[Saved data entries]
........

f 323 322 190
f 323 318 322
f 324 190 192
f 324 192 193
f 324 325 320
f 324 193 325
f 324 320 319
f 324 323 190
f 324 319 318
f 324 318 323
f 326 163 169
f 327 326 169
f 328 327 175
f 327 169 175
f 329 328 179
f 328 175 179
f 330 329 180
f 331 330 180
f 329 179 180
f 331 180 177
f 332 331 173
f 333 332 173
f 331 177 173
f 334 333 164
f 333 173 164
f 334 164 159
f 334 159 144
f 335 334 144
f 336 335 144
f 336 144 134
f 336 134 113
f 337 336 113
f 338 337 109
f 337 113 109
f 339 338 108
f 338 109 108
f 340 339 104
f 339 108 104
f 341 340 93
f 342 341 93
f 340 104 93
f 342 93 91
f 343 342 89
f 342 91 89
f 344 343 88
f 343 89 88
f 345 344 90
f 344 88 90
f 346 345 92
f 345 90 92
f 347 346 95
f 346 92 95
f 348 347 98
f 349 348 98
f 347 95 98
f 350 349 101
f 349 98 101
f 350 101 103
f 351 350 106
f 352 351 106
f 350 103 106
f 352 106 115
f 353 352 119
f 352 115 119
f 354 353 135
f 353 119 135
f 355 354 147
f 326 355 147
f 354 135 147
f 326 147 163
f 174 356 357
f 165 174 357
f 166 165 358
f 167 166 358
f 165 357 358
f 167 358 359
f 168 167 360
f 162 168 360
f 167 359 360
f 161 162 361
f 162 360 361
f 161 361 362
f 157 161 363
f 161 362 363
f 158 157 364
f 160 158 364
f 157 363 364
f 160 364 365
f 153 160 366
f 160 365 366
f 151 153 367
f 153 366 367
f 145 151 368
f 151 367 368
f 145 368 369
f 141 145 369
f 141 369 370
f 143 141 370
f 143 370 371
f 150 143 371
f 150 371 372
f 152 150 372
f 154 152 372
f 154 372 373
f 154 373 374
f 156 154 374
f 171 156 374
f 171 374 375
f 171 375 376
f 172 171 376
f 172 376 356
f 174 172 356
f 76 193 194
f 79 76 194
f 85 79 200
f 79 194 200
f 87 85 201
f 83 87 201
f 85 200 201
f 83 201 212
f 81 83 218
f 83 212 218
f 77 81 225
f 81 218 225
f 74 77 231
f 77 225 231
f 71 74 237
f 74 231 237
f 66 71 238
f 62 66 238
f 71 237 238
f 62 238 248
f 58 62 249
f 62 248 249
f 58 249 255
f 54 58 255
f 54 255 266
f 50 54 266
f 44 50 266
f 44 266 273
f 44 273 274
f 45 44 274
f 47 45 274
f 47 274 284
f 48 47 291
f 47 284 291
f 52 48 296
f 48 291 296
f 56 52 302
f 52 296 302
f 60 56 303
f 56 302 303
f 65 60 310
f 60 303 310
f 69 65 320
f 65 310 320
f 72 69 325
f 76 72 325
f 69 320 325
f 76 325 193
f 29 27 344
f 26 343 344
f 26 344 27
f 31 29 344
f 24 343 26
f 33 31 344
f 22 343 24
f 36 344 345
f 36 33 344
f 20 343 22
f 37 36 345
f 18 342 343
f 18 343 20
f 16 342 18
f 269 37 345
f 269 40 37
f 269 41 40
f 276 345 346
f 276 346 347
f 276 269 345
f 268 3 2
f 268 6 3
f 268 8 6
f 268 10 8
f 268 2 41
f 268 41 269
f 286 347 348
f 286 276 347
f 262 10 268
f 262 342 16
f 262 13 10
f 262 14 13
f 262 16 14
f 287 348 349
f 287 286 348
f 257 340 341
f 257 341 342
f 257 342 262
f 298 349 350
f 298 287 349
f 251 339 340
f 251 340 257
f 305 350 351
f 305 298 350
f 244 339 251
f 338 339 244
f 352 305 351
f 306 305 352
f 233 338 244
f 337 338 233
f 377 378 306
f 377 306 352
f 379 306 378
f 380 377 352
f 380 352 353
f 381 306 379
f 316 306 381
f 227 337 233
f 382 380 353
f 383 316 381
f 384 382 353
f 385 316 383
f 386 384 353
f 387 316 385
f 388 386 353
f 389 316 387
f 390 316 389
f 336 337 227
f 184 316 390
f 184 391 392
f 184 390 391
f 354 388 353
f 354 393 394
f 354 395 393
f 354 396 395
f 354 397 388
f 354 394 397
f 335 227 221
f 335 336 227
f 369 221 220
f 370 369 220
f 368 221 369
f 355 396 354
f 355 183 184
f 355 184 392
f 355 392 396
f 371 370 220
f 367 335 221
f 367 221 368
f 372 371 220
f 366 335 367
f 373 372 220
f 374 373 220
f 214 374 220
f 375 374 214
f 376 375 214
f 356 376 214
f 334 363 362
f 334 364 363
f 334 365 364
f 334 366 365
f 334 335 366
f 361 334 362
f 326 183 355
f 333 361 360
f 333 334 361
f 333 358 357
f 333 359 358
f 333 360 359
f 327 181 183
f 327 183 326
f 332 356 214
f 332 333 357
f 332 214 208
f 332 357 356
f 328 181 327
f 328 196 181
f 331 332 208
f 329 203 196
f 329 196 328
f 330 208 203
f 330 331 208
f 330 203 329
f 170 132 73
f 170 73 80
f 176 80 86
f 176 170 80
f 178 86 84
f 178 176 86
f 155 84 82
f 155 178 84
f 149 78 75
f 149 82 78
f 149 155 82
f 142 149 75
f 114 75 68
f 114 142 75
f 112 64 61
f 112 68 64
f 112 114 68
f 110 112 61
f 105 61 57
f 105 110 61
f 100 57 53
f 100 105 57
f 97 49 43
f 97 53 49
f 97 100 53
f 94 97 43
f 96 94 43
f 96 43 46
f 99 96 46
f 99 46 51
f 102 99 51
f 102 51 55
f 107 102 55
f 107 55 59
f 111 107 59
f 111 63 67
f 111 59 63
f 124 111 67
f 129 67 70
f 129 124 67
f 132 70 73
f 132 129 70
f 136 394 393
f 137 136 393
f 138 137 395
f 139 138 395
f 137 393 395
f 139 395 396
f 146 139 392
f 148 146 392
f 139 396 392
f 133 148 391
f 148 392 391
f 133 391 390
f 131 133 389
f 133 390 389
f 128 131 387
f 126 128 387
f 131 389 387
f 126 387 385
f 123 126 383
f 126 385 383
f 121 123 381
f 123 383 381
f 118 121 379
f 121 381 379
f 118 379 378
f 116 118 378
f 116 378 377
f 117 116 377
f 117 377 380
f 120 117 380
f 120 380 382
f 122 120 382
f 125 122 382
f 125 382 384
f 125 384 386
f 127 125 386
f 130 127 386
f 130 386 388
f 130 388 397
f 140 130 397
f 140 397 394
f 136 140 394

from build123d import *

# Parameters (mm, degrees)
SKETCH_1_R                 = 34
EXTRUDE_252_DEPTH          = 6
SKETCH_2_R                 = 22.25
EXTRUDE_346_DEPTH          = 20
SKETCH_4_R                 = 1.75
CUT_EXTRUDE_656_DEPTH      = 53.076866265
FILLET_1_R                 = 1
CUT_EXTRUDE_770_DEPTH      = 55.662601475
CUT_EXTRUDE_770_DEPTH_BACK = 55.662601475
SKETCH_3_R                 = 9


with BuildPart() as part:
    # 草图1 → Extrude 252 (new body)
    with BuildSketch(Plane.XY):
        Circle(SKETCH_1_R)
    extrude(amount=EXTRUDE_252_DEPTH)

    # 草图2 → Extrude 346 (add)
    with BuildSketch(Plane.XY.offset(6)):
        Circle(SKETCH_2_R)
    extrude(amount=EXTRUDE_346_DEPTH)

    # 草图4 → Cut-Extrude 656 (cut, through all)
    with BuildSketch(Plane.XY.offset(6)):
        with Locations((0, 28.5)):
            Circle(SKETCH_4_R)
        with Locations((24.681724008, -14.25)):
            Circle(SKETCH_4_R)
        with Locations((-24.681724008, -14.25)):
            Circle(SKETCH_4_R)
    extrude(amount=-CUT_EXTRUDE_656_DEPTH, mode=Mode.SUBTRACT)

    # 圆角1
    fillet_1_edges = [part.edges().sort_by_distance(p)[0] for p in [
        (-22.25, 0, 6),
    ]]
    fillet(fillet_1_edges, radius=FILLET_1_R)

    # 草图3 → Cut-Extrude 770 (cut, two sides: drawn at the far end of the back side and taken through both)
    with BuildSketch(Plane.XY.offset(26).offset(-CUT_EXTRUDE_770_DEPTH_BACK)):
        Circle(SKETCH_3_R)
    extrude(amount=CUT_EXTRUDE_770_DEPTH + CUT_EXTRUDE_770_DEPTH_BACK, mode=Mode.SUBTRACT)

........

_What is needed_. Would you copy out exactly the lines above that start at the one containing "f 351 350 106" and end at the one containing "f 354 396 395", inclusive?

_Response area_.
f 351 350 106
f 352 351 106
f 350 103 106
f 352 106 115
f 353 352 119
f 352 115 119
f 354 353 135
f 353 119 135
f 355 354 147
f 326 355 147
f 354 135 147
f 326 147 163
f 174 356 357
f 165 174 357
f 166 165 358
f 167 166 358
f 165 357 358
f 167 358 359
f 168 167 360
f 162 168 360
f 167 359 360
f 161 162 361
f 162 360 361
f 161 361 362
f 157 161 363
f 161 362 363
f 158 157 364
f 160 158 364
f 157 363 364
f 160 364 365
f 153 160 366
f 160 365 366
f 151 153 367
f 153 366 367
f 145 151 368
f 151 367 368
f 145 368 369
f 141 145 369
f 141 369 370
f 143 141 370
f 143 370 371
f 150 143 371
f 150 371 372
f 152 150 372
f 154 152 372
f 154 372 373
f 154 373 374
f 156 154 374
f 171 156 374
f 171 374 375
f 171 375 376
f 172 171 376
f 172 376 356
f 174 172 356
f 76 193 194
f 79 76 194
f 85 79 200
f 79 194 200
f 87 85 201
f 83 87 201
f 85 200 201
f 83 201 212
f 81 83 218
f 83 212 218
f 77 81 225
f 81 218 225
f 74 77 231
f 77 225 231
f 71 74 237
f 74 231 237
f 66 71 238
f 62 66 238
f 71 237 238
f 62 238 248
f 58 62 249
f 62 248 249
f 58 249 255
f 54 58 255
f 54 255 266
f 50 54 266
f 44 50 266
f 44 266 273
f 44 273 274
f 45 44 274
f 47 45 274
f 47 274 284
f 48 47 291
f 47 284 291
f 52 48 296
f 48 291 296
f 56 52 302
f 52 296 302
f 60 56 303
f 56 302 303
f 65 60 310
f 60 303 310
f 69 65 320
f 65 310 320
f 72 69 325
f 76 72 325
f 69 320 325
f 76 325 193
f 29 27 344
f 26 343 344
f 26 344 27
f 31 29 344
f 24 343 26
f 33 31 344
f 22 343 24
f 36 344 345
f 36 33 344
f 20 343 22
f 37 36 345
f 18 342 343
f 18 343 20
f 16 342 18
f 269 37 345
f 269 40 37
f 269 41 40
f 276 345 346
f 276 346 347
f 276 269 345
f 268 3 2
f 268 6 3
f 268 8 6
f 268 10 8
f 268 2 41
f 268 41 269
f 286 347 348
f 286 276 347
f 262 10 268
f 262 342 16
f 262 13 10
f 262 14 13
f 262 16 14
f 287 348 349
f 287 286 348
f 257 340 341
f 257 341 342
f 257 342 262
f 298 349 350
f 298 287 349
f 251 339 340
f 251 340 257
f 305 350 351
f 305 298 350
f 244 339 251
f 338 339 244
f 352 305 351
f 306 305 352
f 233 338 244
f 337 338 233
f 377 378 306
f 377 306 352
f 379 306 378
f 380 377 352
f 380 352 353
f 381 306 379
f 316 306 381
f 227 337 233
f 382 380 353
f 383 316 381
f 384 382 353
f 385 316 383
f 386 384 353
f 387 316 385
f 388 386 353
f 389 316 387
f 390 316 389
f 336 337 227
f 184 316 390
f 184 391 392
f 184 390 391
f 354 388 353
f 354 393 394
f 354 395 393
f 354 396 395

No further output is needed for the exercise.